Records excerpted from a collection
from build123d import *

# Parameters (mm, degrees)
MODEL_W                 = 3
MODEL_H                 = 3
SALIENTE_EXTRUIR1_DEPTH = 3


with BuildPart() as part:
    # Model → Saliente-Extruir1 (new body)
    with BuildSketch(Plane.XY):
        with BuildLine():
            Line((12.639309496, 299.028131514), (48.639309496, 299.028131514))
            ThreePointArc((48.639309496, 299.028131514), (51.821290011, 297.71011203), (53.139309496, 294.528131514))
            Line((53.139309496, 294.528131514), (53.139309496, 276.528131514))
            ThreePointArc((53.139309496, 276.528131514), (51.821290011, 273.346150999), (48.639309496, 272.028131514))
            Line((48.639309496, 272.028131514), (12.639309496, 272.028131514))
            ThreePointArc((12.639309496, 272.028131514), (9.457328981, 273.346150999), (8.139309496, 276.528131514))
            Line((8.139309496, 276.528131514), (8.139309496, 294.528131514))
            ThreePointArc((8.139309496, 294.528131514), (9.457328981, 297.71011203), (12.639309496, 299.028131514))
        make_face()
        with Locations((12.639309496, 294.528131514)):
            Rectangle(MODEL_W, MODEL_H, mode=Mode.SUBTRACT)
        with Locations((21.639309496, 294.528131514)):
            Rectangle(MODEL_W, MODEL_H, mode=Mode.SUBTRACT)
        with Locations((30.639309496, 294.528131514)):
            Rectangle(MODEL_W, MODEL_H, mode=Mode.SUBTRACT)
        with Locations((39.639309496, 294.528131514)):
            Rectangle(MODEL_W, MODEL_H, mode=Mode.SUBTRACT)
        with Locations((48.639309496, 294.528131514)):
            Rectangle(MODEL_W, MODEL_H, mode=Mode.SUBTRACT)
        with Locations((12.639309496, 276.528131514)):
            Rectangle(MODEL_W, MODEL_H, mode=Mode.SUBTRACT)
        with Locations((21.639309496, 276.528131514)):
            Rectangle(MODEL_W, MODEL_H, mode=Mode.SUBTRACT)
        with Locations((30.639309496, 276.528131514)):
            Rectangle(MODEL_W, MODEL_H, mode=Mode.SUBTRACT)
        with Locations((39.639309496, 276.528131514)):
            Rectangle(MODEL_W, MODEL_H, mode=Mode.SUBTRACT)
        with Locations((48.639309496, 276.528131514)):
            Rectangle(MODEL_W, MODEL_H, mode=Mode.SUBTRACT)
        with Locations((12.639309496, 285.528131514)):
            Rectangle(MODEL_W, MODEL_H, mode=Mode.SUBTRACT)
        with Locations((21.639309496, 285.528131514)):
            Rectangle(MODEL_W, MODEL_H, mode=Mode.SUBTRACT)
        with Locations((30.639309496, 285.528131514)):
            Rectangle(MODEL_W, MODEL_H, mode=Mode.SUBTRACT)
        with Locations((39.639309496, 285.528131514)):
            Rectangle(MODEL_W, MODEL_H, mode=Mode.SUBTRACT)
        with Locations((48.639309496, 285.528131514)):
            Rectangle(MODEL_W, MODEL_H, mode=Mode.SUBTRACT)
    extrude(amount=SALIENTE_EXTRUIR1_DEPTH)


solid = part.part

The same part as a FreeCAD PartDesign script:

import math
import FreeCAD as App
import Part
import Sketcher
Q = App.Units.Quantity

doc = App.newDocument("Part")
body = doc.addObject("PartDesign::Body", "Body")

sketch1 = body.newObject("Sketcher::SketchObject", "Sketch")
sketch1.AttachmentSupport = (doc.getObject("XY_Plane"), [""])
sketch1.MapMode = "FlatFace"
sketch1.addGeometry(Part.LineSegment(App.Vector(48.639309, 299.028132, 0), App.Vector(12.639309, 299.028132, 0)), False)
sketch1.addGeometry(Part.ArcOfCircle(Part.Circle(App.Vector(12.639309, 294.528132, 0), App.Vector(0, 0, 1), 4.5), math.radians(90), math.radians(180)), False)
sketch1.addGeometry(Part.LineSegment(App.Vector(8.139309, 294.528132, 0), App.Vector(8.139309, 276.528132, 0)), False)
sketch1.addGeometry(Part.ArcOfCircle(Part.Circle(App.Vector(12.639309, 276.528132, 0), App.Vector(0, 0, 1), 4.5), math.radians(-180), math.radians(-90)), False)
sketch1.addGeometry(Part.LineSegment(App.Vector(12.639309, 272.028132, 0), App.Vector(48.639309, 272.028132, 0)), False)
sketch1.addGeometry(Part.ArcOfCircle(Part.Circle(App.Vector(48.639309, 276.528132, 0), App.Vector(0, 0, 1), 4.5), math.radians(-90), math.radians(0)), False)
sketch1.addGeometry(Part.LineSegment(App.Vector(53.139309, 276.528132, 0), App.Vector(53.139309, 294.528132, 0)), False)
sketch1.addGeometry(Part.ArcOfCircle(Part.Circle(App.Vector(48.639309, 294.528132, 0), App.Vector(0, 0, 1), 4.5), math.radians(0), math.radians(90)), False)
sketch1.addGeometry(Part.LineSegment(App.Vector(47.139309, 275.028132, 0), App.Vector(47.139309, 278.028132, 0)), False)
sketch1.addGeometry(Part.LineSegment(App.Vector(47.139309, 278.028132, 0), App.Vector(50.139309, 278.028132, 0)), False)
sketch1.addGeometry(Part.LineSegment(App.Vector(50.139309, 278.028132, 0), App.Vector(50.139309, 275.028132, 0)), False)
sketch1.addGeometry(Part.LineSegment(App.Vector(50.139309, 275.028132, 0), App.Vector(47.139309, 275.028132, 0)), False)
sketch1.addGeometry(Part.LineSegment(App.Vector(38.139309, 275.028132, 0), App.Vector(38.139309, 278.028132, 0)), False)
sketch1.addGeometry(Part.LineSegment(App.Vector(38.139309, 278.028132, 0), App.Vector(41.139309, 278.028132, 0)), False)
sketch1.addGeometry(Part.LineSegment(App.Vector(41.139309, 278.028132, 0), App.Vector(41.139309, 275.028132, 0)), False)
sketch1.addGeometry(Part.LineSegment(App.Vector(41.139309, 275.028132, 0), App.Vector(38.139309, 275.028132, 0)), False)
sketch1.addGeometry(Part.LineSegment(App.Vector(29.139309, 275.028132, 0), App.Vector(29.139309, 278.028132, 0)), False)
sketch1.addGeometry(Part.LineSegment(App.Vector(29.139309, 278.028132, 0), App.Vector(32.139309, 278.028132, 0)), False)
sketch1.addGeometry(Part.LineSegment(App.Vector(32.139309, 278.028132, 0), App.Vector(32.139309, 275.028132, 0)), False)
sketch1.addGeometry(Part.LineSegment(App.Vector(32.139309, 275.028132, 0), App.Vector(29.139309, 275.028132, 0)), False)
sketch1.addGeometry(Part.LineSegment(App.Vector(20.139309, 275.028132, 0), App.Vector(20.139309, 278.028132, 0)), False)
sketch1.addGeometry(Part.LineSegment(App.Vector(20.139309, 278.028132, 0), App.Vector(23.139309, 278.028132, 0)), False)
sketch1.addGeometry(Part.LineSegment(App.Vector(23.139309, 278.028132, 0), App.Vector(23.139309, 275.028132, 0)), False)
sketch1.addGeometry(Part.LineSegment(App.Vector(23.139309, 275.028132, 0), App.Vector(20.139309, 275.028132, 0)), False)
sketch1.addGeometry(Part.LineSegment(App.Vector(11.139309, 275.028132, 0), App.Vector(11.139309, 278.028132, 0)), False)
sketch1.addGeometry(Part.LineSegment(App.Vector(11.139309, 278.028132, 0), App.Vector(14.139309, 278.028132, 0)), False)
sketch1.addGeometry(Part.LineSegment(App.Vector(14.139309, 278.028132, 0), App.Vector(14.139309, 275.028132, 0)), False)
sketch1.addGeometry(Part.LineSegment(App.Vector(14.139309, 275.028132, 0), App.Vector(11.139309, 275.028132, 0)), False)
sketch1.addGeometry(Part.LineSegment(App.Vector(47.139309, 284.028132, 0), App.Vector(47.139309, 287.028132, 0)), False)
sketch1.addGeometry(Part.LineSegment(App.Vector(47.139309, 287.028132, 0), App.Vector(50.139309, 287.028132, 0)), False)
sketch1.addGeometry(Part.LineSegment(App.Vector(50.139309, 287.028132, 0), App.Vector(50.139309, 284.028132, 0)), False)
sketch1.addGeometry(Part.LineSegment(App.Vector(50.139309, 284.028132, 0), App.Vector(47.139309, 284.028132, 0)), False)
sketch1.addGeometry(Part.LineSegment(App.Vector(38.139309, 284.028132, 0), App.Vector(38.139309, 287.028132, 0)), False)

ASSIGNED TASK: Which lines above include the word "ThreePointArc"? Pick them out and copy them.

WRITTEN ANSWER:
            ThreePointArc((48.639309496, 299.028131514), (51.821290011, 297.71011203), (53.139309496, 294.528131514))
            ThreePointArc((53.139309496, 276.528131514), (51.821290011, 273.346150999), (48.639309496, 272.028131514))
            ThreePointArc((12.639309496, 272.028131514), (9.457328981, 273.346150999), (8.139309496, 276.528131514))
            ThreePointArc((8.139309496, 294.528131514), (9.457328981, 297.71011203), (12.639309496, 299.028131514))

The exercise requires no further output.